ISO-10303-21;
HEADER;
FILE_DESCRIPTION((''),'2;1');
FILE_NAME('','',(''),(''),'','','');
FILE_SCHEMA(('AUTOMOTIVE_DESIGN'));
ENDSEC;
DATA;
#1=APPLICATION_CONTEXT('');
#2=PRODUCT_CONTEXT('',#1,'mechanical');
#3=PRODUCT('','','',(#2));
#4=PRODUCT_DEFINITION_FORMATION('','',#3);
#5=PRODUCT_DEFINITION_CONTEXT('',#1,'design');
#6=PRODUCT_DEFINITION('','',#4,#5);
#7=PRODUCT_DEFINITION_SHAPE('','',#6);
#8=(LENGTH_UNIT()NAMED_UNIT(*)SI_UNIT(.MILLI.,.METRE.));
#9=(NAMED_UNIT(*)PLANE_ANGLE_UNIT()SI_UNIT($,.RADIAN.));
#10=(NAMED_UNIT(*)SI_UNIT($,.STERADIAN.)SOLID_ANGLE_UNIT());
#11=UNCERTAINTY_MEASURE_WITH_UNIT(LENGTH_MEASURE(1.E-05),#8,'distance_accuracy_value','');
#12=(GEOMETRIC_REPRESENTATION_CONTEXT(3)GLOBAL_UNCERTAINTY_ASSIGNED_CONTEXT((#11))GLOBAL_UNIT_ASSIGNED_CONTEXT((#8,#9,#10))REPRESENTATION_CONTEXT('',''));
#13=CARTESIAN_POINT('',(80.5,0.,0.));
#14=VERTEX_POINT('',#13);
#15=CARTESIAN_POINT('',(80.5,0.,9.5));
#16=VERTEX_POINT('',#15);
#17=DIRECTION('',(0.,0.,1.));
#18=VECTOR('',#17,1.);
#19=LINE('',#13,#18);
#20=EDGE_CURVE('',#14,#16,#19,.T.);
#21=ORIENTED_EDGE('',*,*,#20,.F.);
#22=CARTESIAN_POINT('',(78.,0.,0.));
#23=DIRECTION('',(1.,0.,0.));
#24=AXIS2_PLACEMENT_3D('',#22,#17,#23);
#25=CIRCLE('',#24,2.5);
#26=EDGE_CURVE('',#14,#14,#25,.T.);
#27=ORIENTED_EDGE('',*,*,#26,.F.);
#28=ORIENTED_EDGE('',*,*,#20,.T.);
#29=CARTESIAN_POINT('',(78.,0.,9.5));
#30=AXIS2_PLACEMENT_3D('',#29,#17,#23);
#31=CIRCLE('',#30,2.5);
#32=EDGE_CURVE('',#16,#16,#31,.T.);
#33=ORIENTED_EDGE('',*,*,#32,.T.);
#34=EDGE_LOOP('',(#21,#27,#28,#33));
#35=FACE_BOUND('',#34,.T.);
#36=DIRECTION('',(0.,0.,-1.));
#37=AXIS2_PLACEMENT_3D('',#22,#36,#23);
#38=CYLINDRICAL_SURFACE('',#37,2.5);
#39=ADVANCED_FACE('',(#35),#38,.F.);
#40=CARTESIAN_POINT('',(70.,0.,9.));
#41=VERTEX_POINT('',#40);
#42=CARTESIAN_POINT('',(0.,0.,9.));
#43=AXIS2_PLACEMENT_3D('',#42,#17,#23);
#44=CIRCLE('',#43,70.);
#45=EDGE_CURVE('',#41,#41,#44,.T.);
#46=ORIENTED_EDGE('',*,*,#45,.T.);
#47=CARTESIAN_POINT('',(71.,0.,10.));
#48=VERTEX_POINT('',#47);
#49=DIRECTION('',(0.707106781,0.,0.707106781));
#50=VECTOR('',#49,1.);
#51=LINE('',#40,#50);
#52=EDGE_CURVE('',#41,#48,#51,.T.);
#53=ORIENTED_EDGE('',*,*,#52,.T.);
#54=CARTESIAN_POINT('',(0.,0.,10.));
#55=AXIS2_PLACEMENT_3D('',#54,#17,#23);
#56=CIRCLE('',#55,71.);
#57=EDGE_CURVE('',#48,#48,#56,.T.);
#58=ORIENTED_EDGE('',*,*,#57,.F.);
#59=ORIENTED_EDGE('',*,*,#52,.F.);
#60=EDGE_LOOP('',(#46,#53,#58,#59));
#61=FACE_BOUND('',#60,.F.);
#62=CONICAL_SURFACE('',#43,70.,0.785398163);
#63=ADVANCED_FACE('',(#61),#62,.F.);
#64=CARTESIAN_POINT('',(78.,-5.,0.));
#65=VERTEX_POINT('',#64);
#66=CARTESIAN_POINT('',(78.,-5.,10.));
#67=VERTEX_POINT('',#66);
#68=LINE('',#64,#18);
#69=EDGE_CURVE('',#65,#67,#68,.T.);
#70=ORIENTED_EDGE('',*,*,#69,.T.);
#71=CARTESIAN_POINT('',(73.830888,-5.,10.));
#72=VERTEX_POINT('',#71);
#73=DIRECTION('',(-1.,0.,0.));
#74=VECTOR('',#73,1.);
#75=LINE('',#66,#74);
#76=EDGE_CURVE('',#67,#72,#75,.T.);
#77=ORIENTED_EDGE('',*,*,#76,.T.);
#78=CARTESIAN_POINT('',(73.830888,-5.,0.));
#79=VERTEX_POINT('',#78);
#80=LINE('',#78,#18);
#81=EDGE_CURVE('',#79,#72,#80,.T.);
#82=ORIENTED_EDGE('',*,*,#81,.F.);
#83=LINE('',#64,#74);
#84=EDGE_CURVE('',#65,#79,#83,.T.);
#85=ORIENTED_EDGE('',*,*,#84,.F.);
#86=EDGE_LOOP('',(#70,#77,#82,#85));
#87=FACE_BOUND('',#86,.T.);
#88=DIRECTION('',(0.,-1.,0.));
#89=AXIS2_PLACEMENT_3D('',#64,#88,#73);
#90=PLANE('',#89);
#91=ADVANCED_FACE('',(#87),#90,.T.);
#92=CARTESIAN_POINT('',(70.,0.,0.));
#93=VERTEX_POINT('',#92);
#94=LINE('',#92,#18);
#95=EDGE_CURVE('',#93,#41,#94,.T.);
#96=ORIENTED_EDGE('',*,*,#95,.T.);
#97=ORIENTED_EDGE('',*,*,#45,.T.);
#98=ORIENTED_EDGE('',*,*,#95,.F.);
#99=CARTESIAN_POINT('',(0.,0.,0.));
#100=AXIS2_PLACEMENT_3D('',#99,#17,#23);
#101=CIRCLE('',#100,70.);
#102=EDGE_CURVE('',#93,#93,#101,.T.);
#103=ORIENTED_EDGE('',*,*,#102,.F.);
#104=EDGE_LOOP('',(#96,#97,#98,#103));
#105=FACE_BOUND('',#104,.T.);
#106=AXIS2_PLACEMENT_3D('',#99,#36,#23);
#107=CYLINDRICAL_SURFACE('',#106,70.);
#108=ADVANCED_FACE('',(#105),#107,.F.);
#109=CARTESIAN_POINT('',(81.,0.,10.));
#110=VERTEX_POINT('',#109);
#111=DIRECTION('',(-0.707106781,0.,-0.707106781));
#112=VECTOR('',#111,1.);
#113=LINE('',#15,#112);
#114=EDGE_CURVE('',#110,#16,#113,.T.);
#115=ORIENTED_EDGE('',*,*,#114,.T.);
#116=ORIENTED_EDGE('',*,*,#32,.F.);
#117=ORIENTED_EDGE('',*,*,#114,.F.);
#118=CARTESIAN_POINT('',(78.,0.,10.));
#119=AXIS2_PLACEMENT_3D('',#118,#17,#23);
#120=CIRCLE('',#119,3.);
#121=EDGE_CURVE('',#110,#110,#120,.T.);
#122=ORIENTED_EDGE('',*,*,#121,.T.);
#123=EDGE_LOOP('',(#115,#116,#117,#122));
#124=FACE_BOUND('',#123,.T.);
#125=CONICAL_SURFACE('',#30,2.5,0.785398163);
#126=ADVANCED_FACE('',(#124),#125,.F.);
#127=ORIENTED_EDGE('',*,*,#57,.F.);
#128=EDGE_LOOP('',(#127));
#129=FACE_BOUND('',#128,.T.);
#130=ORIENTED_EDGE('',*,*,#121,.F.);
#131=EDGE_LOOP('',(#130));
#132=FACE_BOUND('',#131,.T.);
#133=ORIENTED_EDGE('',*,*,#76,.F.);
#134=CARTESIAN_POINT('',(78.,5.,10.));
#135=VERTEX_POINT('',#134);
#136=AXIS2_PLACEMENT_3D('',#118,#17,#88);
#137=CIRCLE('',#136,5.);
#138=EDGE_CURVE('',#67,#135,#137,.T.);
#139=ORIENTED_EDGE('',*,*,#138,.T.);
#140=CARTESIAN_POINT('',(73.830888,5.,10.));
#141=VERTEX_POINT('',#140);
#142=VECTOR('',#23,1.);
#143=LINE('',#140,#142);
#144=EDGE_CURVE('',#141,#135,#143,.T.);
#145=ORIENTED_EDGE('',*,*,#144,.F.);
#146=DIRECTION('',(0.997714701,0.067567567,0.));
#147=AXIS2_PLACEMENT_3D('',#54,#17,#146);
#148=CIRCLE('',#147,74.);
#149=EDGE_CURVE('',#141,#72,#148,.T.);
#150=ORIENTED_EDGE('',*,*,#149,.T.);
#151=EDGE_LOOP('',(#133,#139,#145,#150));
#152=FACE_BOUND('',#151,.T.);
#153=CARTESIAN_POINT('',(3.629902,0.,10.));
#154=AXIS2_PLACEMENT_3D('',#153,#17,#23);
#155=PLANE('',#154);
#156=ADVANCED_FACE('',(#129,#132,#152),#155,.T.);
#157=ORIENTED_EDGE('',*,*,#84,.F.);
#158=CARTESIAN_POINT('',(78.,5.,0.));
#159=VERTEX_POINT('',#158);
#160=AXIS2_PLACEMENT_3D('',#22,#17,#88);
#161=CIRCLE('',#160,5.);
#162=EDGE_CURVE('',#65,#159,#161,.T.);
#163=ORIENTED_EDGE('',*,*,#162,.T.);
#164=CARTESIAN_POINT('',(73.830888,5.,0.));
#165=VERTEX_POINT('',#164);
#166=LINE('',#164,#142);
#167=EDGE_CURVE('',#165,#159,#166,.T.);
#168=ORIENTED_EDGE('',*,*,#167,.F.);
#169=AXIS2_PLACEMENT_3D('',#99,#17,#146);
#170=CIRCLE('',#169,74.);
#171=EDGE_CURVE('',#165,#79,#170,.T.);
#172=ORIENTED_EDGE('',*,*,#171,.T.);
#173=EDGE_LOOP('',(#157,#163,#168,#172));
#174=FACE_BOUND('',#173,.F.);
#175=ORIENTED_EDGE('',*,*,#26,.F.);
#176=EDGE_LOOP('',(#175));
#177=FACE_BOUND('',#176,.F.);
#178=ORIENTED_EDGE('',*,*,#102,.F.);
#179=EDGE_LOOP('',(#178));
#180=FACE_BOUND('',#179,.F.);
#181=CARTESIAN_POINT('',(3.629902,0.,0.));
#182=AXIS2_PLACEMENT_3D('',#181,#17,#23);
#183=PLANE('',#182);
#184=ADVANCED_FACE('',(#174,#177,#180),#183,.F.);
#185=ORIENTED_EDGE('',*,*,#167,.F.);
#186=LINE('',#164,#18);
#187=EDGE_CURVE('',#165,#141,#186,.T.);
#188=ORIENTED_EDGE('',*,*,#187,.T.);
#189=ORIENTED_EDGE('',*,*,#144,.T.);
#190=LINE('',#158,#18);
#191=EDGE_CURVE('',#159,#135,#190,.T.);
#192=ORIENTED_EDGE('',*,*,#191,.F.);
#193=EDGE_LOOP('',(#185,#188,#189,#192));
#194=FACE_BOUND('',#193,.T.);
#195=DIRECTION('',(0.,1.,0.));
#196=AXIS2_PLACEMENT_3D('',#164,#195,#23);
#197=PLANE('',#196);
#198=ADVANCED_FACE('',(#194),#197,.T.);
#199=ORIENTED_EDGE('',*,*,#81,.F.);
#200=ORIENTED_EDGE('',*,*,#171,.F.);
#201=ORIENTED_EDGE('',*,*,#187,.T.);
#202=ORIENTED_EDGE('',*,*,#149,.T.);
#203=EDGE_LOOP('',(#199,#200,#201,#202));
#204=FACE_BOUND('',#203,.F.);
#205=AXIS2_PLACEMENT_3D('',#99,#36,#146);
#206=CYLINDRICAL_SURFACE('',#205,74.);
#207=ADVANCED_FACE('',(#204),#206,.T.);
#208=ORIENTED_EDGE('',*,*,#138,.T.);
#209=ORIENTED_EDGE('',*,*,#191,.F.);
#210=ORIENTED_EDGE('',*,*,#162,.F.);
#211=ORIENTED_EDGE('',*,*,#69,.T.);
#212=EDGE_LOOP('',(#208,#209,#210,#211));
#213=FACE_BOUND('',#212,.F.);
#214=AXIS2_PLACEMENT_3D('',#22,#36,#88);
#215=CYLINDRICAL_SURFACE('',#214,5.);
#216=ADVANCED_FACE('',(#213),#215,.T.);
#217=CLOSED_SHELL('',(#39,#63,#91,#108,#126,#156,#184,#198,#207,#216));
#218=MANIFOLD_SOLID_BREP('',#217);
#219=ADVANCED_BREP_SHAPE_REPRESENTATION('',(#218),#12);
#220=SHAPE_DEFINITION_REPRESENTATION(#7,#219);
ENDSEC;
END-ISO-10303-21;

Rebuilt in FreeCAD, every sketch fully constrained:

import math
import FreeCAD as App
import Part
import Sketcher

V = App.Vector


def edges_at(feature, points):
    """Names of the edges that pass closest to the given points."""
    edges = feature.Shape.Edges
    near = lambda p: min(range(len(edges)), key=lambda i: edges[i].distToShape(Part.Vertex(*p))[0])
    return sorted({f"Edge{near(p) + 1}" for p in points})

doc = App.newDocument("Part")
params = doc.addObject("Spreadsheet::Sheet", "Params")
for row, (alias, value) in enumerate([
    ("sketch1_diameter", "140 mm"),
    ("sketch1_diameter2", "5 mm"),
    ("sketch1_radius", "74 mm"),
    ("sketch1_radius2", "5 mm"),
    ("pad1_length", "10 mm"),
    ("chamfer_size", "1 mm"),
    ("chamfer2_size", "0.5 mm"),
], start=1):
    params.set(f"A{row}", alias)
    params.set(f"B{row}", "=" + value)
    params.setAlias(f"B{row}", alias)

body = doc.addObject("PartDesign::Body", "Body")

sketch1 = body.newObject("Sketcher::SketchObject", "Sketch")
sketch1.AttachmentSupport = (doc.getObject("XY_Plane"), [""])
sketch1.MapMode = "FlatFace"
sketch1.addGeometry([
    Part.ArcOfCircle(Part.Circle(V(0, 0, 0), V(0, 0, 1), 74), math.radians(4), math.radians(356)),
    Part.LineSegment(V(73.8, -5, 0), V(78, -5, 0)),
    Part.ArcOfCircle(Part.Circle(V(78, 0, 0), V(0, 0, 1), 5), math.radians(-90), math.radians(90)),
    Part.LineSegment(V(78, 5, 0), V(73.8, 5, 0)),
    Part.Circle(V(0, 0, 0), V(0, 0, 1), 70),
    Part.Circle(V(78, 0, 0), V(0, 0, 1), 2.5),
], False)
sketch1.addConstraint([
    Sketcher.Constraint("Coincident", 0, 2, 1, 1),
    Sketcher.Constraint("Tangent", 1, 2, 2, 1),
    Sketcher.Constraint("Tangent", 2, 2, 3, 1),
    Sketcher.Constraint("Coincident", 3, 2, 0, 1),
    Sketcher.Constraint("Horizontal", 1),
    Sketcher.Constraint("Horizontal", 3),
    Sketcher.Constraint("Coincident", 0, 3, -1, 1),
    Sketcher.Constraint("Coincident", 4, 3, -1, 1),
    Sketcher.Constraint("Coincident", 5, 3, 2, 3),
    Sketcher.Constraint("PointOnObject", 2, 3, -1),
    Sketcher.Constraint("Diameter", 4, 140.0),
    Sketcher.Constraint("Diameter", 5, 5.0),
    Sketcher.Constraint("Radius", 0, 74.0),
    Sketcher.Constraint("Radius", 2, 5.0),
    Sketcher.Constraint("DistanceX", -1, 1, 2, 3, 78.0),
])
sketch1.setExpression("Constraints[10]", "Params.sketch1_diameter")
sketch1.setExpression("Constraints[11]", "Params.sketch1_diameter2")
sketch1.setExpression("Constraints[12]", "Params.sketch1_radius")
sketch1.setExpression("Constraints[13]", "Params.sketch1_radius2")
pad1 = body.newObject("PartDesign::Pad", "Pad")
pad1.Profile = sketch1
pad1.setExpression("Length", "Params.pad1_length")
doc.recompute()

chamfer = body.newObject("PartDesign::Chamfer", "Chamfer")
chamfer.Base = (pad1, edges_at(pad1, [(-70, 0, 10)]))
chamfer.setExpression("Size", "Params.chamfer_size")
doc.recompute()

chamfer2 = body.newObject("PartDesign::Chamfer", "Chamfer001")
chamfer2.Base = (chamfer, edges_at(chamfer, [(75.5, 0, 10)]))
chamfer2.setExpression("Size", "Params.chamfer2_size")

doc.recompute()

____

Please print the records above exactly from their first line. End with the line containing "#3=PRODUCT('','','',(#2));", and include it.

_RESULT_
ISO-10303-21;
HEADER;
FILE_DESCRIPTION((''),'2;1');
FILE_NAME('','',(''),(''),'','','');
FILE_SCHEMA(('AUTOMOTIVE_DESIGN'));
ENDSEC;
DATA;
#1=APPLICATION_CONTEXT('');
#2=PRODUCT_CONTEXT('',#1,'mechanical');
#3=PRODUCT('','','',(#2));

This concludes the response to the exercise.